If you want to install a Jupyter Notebook, That's a good idea, too .

For data scientists , This is a great package , And it's free .

install pandas Use :

pip install pandas

Or in your anaconda On

conda install pandas

So you're ready

pandas visualization

We're going to start with the basics .

Straight line diagram

First, import. pandas. then , Let's use it pandas Make a basic series , Draw a straight line .

import pandas as pd
a = pd.Series([40, 34, 30, 22, 28, 17, 19, 20, 13, 9, 15, 10, 7, 3])
a.plot()

The most basic and simple diagram is ready ! see , How easy it is . We can improve .

I will add :

Change the size of a graphic , Make the chart bigger ,

Change the default blue color

Show title

Change the default font size for these numbers on the axis

a.plot(figsize=(8, 6), color='green', title = 'Line Plot', fontsize=12)
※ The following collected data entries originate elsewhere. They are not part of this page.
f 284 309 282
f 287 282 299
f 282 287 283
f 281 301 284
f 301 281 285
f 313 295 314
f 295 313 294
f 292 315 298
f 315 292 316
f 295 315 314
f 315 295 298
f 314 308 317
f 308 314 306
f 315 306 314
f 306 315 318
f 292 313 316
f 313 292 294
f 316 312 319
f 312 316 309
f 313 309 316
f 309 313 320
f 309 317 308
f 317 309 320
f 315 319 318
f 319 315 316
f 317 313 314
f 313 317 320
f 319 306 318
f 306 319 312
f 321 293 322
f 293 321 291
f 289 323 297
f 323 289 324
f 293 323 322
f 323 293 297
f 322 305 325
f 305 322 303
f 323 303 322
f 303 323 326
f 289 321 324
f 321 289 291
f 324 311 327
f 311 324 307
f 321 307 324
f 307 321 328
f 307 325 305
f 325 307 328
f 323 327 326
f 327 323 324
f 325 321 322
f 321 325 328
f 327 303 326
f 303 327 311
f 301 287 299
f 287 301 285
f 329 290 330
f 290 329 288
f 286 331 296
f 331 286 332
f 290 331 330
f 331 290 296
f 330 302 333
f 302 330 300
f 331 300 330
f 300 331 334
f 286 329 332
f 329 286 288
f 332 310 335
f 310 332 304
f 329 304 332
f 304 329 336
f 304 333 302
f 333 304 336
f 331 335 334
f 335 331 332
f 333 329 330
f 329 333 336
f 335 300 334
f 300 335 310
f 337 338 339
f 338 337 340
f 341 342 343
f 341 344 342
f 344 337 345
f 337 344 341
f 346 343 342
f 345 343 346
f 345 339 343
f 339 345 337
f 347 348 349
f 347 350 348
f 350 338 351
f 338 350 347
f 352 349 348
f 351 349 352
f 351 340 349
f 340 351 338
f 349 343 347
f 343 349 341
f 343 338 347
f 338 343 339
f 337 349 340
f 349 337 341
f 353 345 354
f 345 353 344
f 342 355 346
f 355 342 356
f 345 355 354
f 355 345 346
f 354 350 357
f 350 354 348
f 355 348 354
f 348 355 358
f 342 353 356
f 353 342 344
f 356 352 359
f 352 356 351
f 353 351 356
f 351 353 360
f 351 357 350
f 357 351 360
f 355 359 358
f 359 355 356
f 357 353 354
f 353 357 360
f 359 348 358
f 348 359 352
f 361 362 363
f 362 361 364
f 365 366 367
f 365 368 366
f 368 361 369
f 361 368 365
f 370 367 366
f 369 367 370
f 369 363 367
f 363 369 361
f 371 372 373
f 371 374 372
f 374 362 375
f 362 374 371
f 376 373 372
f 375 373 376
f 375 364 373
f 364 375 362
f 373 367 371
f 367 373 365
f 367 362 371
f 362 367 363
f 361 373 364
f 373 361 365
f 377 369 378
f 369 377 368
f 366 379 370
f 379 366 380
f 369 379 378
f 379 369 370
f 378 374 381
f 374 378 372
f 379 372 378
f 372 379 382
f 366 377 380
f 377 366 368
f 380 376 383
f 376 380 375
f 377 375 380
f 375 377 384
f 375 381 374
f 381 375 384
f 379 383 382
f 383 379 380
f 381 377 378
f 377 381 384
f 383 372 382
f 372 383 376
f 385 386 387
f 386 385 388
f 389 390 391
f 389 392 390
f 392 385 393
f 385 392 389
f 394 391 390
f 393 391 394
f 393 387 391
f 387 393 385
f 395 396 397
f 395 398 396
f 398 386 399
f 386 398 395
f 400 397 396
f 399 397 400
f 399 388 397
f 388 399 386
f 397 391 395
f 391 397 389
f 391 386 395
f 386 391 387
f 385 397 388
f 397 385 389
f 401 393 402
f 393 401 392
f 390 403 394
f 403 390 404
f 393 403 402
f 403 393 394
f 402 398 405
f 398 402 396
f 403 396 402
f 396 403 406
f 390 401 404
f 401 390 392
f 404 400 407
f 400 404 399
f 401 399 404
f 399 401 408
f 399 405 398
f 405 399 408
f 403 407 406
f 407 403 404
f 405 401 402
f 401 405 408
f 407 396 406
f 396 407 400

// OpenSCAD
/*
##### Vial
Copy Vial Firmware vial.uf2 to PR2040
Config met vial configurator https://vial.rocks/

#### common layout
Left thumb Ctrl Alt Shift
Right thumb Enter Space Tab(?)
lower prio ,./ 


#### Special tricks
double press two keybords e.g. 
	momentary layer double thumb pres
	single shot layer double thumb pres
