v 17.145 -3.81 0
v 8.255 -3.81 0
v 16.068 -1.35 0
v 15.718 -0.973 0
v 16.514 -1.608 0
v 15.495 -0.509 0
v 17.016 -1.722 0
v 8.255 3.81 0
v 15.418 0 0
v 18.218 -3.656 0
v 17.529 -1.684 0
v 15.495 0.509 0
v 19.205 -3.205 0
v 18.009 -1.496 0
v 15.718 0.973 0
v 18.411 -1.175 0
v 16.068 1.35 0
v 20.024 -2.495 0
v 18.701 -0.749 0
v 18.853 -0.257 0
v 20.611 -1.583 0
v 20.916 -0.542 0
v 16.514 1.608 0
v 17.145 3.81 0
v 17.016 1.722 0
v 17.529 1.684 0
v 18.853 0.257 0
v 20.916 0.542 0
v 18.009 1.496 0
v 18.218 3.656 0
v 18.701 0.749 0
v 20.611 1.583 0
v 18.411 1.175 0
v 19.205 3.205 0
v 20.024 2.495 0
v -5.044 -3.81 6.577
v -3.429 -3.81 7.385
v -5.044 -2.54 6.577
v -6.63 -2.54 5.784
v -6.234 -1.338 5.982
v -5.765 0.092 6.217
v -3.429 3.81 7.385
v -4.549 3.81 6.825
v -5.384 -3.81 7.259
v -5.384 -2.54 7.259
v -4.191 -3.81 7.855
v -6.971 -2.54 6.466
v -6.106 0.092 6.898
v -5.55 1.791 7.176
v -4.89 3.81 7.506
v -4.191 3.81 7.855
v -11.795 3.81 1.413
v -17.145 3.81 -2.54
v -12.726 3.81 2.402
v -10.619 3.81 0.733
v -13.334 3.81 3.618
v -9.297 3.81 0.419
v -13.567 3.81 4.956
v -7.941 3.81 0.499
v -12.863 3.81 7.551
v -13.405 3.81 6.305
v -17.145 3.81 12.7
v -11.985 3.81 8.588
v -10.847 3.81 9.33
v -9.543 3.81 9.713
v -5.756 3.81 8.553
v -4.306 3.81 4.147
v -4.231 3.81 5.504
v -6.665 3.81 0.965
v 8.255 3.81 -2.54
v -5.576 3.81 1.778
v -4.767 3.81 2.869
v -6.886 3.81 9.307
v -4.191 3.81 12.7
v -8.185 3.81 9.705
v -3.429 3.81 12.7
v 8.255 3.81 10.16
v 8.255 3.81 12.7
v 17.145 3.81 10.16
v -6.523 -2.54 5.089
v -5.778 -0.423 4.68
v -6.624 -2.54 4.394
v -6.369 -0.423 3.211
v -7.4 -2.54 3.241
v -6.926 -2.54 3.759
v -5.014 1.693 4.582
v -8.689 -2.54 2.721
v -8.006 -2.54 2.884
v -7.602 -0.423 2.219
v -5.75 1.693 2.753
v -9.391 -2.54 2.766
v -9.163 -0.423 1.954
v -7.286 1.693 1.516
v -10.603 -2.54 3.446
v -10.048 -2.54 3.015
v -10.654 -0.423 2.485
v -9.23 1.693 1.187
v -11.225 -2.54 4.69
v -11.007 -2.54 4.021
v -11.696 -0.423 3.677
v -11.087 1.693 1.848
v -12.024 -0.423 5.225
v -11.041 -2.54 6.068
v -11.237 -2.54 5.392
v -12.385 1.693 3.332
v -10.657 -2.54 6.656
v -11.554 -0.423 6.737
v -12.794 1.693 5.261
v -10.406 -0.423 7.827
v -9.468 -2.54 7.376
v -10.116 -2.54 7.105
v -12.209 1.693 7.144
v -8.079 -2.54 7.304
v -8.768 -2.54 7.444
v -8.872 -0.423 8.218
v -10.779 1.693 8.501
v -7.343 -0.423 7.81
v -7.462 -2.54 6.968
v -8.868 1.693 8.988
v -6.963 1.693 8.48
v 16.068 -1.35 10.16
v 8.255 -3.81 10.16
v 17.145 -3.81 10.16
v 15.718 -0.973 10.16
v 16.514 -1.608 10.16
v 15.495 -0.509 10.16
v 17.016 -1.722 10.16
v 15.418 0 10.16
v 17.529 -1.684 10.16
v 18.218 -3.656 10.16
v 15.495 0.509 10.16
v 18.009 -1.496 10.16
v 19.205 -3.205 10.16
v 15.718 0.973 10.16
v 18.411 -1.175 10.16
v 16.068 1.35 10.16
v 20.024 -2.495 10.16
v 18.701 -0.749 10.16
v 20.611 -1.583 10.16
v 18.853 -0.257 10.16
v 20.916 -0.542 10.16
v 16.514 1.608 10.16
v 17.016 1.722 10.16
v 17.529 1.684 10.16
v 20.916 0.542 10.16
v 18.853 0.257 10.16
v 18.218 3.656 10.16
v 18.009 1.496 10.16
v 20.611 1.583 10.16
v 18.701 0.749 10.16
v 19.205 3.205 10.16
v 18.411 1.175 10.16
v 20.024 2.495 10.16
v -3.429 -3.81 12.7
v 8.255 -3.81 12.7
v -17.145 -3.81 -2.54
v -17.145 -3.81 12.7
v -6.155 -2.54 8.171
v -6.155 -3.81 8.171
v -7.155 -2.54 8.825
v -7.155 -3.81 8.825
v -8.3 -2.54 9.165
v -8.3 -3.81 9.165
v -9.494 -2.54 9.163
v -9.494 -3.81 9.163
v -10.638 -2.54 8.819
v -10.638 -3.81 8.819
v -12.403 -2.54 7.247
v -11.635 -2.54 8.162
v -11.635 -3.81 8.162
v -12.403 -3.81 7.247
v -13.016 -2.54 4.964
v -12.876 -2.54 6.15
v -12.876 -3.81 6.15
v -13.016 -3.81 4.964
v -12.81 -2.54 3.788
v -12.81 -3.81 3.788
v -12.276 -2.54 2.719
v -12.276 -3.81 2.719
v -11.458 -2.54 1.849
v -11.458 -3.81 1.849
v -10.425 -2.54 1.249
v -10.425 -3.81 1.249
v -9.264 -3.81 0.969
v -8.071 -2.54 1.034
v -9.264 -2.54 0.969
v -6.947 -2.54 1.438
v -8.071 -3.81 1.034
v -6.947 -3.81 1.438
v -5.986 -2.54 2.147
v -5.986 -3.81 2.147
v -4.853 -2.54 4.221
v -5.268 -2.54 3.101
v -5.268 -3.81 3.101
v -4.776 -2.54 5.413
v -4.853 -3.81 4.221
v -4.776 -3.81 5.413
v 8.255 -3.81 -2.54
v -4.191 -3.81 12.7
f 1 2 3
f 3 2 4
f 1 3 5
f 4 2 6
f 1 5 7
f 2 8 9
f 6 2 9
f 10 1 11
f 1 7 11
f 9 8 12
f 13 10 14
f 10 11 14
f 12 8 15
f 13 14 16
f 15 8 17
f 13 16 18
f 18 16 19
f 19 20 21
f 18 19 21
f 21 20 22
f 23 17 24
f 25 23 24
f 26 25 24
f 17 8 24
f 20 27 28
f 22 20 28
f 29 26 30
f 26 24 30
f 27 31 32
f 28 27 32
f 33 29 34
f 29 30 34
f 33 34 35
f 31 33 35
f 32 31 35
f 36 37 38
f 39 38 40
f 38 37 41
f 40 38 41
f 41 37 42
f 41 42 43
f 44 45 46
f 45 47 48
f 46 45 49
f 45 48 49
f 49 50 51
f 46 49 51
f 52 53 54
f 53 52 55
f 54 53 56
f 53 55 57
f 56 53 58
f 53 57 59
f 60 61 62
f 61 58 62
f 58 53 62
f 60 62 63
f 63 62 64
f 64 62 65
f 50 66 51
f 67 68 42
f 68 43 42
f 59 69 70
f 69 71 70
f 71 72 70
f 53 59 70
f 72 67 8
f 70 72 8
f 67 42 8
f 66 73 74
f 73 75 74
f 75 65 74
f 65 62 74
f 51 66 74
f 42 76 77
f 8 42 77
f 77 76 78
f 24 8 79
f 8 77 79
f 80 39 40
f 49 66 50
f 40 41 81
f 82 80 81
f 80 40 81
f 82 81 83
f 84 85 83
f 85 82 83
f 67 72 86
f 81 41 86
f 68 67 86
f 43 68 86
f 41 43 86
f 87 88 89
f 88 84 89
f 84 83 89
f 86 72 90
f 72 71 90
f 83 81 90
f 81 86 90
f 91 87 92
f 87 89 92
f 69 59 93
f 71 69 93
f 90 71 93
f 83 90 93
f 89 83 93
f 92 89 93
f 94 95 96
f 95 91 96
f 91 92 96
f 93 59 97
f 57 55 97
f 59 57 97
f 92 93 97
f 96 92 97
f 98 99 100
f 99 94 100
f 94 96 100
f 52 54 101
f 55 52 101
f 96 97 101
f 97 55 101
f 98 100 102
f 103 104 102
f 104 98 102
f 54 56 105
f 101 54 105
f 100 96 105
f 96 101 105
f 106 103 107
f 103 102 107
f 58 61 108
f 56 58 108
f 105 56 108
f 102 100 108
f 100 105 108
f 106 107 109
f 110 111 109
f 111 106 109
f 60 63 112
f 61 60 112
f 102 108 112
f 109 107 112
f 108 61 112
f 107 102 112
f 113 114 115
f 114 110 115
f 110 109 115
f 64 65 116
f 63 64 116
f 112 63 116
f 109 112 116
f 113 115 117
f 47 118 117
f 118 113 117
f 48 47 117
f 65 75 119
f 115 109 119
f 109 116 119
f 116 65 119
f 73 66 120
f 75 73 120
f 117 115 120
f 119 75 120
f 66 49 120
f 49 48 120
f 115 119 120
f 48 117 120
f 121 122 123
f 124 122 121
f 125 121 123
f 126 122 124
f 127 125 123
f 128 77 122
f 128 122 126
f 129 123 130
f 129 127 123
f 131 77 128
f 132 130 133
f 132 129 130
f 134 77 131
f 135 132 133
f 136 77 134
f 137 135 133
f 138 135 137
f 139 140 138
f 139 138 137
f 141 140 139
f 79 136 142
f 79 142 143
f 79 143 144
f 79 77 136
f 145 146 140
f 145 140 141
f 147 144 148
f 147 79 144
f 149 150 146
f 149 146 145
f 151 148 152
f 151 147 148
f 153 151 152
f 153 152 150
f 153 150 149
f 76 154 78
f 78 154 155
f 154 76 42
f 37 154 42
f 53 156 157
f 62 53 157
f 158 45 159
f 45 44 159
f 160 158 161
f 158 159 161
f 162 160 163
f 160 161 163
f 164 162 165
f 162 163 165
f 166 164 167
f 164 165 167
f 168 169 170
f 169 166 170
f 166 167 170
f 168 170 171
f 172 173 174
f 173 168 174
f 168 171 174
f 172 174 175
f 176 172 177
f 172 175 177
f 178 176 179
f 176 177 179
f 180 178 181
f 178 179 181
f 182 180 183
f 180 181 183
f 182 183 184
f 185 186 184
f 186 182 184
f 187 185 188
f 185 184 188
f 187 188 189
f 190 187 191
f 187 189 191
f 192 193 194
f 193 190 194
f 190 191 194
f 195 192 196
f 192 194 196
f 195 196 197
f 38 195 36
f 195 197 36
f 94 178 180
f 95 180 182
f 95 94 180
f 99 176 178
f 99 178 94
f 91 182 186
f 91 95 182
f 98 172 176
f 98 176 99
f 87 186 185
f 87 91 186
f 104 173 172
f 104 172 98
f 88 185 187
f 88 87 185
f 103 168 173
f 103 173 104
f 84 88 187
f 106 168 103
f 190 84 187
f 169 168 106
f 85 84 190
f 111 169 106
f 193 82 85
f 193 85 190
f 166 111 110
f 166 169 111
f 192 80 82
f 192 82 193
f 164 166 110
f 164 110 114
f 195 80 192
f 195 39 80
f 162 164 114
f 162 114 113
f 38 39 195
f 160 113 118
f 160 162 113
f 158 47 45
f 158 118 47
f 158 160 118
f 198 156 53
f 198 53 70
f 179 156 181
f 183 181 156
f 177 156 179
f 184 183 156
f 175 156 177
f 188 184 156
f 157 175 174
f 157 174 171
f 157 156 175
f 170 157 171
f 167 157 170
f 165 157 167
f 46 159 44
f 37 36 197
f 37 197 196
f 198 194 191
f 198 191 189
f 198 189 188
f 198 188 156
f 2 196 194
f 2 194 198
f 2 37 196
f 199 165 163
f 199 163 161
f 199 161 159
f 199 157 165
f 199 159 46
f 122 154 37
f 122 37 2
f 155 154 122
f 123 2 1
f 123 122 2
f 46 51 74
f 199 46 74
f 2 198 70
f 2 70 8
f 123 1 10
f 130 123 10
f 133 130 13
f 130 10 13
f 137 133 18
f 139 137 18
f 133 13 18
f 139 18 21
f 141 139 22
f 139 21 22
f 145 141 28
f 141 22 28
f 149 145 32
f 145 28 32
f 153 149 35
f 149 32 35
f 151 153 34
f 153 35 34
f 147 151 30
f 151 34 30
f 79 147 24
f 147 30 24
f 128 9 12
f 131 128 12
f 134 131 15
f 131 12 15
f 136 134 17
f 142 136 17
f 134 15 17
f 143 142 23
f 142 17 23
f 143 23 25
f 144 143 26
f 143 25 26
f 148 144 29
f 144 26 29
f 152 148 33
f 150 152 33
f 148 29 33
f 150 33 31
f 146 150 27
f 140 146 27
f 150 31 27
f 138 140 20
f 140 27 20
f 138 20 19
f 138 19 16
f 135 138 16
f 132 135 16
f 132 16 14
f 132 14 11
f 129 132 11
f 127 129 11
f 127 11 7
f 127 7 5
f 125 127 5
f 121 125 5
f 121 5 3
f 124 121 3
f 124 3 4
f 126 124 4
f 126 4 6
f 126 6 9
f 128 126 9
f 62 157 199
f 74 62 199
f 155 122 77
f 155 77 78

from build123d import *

# Parameters (mm, degrees)
BOSS_EXTRUDE1_DEPTH   = 10.16
F_4_CLEARANCE_HOLE1_D = 3.4544
SKETCH4_R             = 1.905
CUT_EXTRUDE1_DEPTH    = 8.62
CUT_EXTRUDE1_TAPER    = -20
SKETCH5_R             = 4.1275
CUT_EXTRUDE2_DEPTH    = 1.27
SKETCH6_W             = 25.4
SKETCH6_H             = 2.54
BOSS_EXTRUDE2_DEPTH   = 7.62
CUT_EXTRUDE3_DEPTH    = 8.62


with BuildPart() as part:
    # Sketch1 → Boss-Extrude1 (new body)
    with BuildSketch(Plane.XY):
        with BuildLine():
            Line((-17.145, -3.81), (17.145, -3.81))
            ThreePointArc((17.145, -3.81), (20.955, 0), (17.145, 3.81))
            Line((17.145, 3.81), (-17.145, 3.81))
            Line((-17.145, 3.81), (-17.145, -3.81))
        make_face()
    extrude(amount=BOSS_EXTRUDE1_DEPTH)

    # #4 Clearance Hole1 (through all)
    with Locations(Plane.XY.offset(10.16)):
        with Locations((17.145, 0)):
            Hole(F_4_CLEARANCE_HOLE1_D / 2)

    # Sketch4 → Cut-Extrude1 (cut, through all)
    with BuildSketch(Plane(origin=(0, -3.81, 0), x_dir=(1, 0, 0), z_dir=(0, 1, 0))):
        with Locations((-8.89, -5.08)):
            Circle(SKETCH4_R)
    extrude(amount=CUT_EXTRUDE1_DEPTH, taper=CUT_EXTRUDE1_TAPER, mode=Mode.SUBTRACT)

    # Sketch5 → Cut-Extrude2 (cut)
    with BuildSketch(Plane.XZ.offset(3.81)):
        with Locations((-8.89, 5.08)):
            Circle(SKETCH5_R)
    extrude(amount=-CUT_EXTRUDE2_DEPTH, mode=Mode.SUBTRACT)

    # Sketch6 → Boss-Extrude2 (add, through all)
    with BuildSketch(Plane.XZ.offset(3.81)):
        with Locations((-4.445, 11.43)):
            Rectangle(SKETCH6_W, SKETCH6_H)
        with Locations((-4.445, -1.27)):
            Rectangle(SKETCH6_W, SKETCH6_H)
    extrude(amount=-BOSS_EXTRUDE2_DEPTH)

    # Sketch8 → Cut-Extrude3 (cut, through all)
    with BuildSketch(Plane(origin=(0, 3.81, 0), x_dir=(1, 0, 0), z_dir=(0, 1, 0))):
        Polygon((-3.429, -12.7), (-3.429, -7.38452905), (-8.71961162, -4.73922324), (-9.06038838, -5.42077676), (-4.191, -7.85547095), (-4.191, -12.7), align=None)
    extrude(amount=-CUT_EXTRUDE3_DEPTH, mode=Mode.SUBTRACT)


solid = part.part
In this tutorial , We're going to learn more style skills .

Area map

I'll use the same data a Draw an area map here ,

I can use .plot Method and pass a parameter type to specify the type of drawing I want , for example :

a.plot(kind='area')

Or I can write like this

a.plot.area()

Both of the methods I mentioned above will create this diagram :

Area maps are more meaningful , And it looks better when there are multiple variables in it . therefore , I'm going to make more Series, Make a data frame , And draw an area map from it .

b = pd.Series([45, 22, 12, 9, 20, 34, 28, 19, 26, 38, 41, 24, 14, 32])
c = pd.Series([25, 38, 33, 38, 23, 12, 30, 37, 34, 22, 16, 24, 12, 9])
d = pd.DataFrame({'a':a, 'b': b, 'c': c})

Let's put this data frame “d” Draw an area map ,

d.plot.area(figsize=(8, 6), title='Area Plot')

You don't have to accept these default colors . Let's change these colors , Add some more styles .

d.plot.area(alpha=0.4, color=['coral', 'purple', 'lightgreen'],figsize=(8, 6), title='Area Plot', fontsize=12)

“alpha” Parameter adds some translucent appearance to the drawing .

When we have overlapping areas 、 Histogram or dense scatter plot , It seems to be very useful .

**plot()** It can be executed 11 Types of drawing :

  1. line
  2. area
  3. bar
  4. barh
  5. pie
  6. box
  7. hexbin
  8. hist
  9. kde
  10. density
  11. scatter

I want to show the usage of all these different graphs . So , I'm going to use CDC's NHANES Data sets . I downloaded this dataset , And put it with this Jupyter Notebook Put it in the same folder . Please feel free to download the dataset and follow :https://github.com/rashida048/Datasets/blob/master/nhanes_2015_2016.csv

Import the dataset here :

df = pd.read_csv('nhanes_2015_2016.csv')
df.head()

This dataset has 30 Column 5735 That's ok .

Before you start drawing , It's important to check the columns of the dataset :

df.columns

Output :

Index(['SEQN', 'ALQ101', 'ALQ110', 'ALQ130', 'SMQ020', 'RIAGENDR', 'RIDAGEYR', 'RIDRETH1', 'DMDCITZN', 'DMDEDUC2', 'DMDMARTL', 'DMDHHSIZ', 'WTINT2YR', 'SDMVPSU', 'SDMVSTRA', 'INDFMPIR', 'BPXSY1', 'BPXDI1', 'BPXSY2', 'BPXDI2', 'BMXWT', 'BMXHT', 'BMXBMI', 'BMXLEG', 'BMXARML', 'BMXARMC', 'BMXWAIST', 'HIQ210', 'DMDEDUC2x', 'DMDMARTLx'], dtype='object')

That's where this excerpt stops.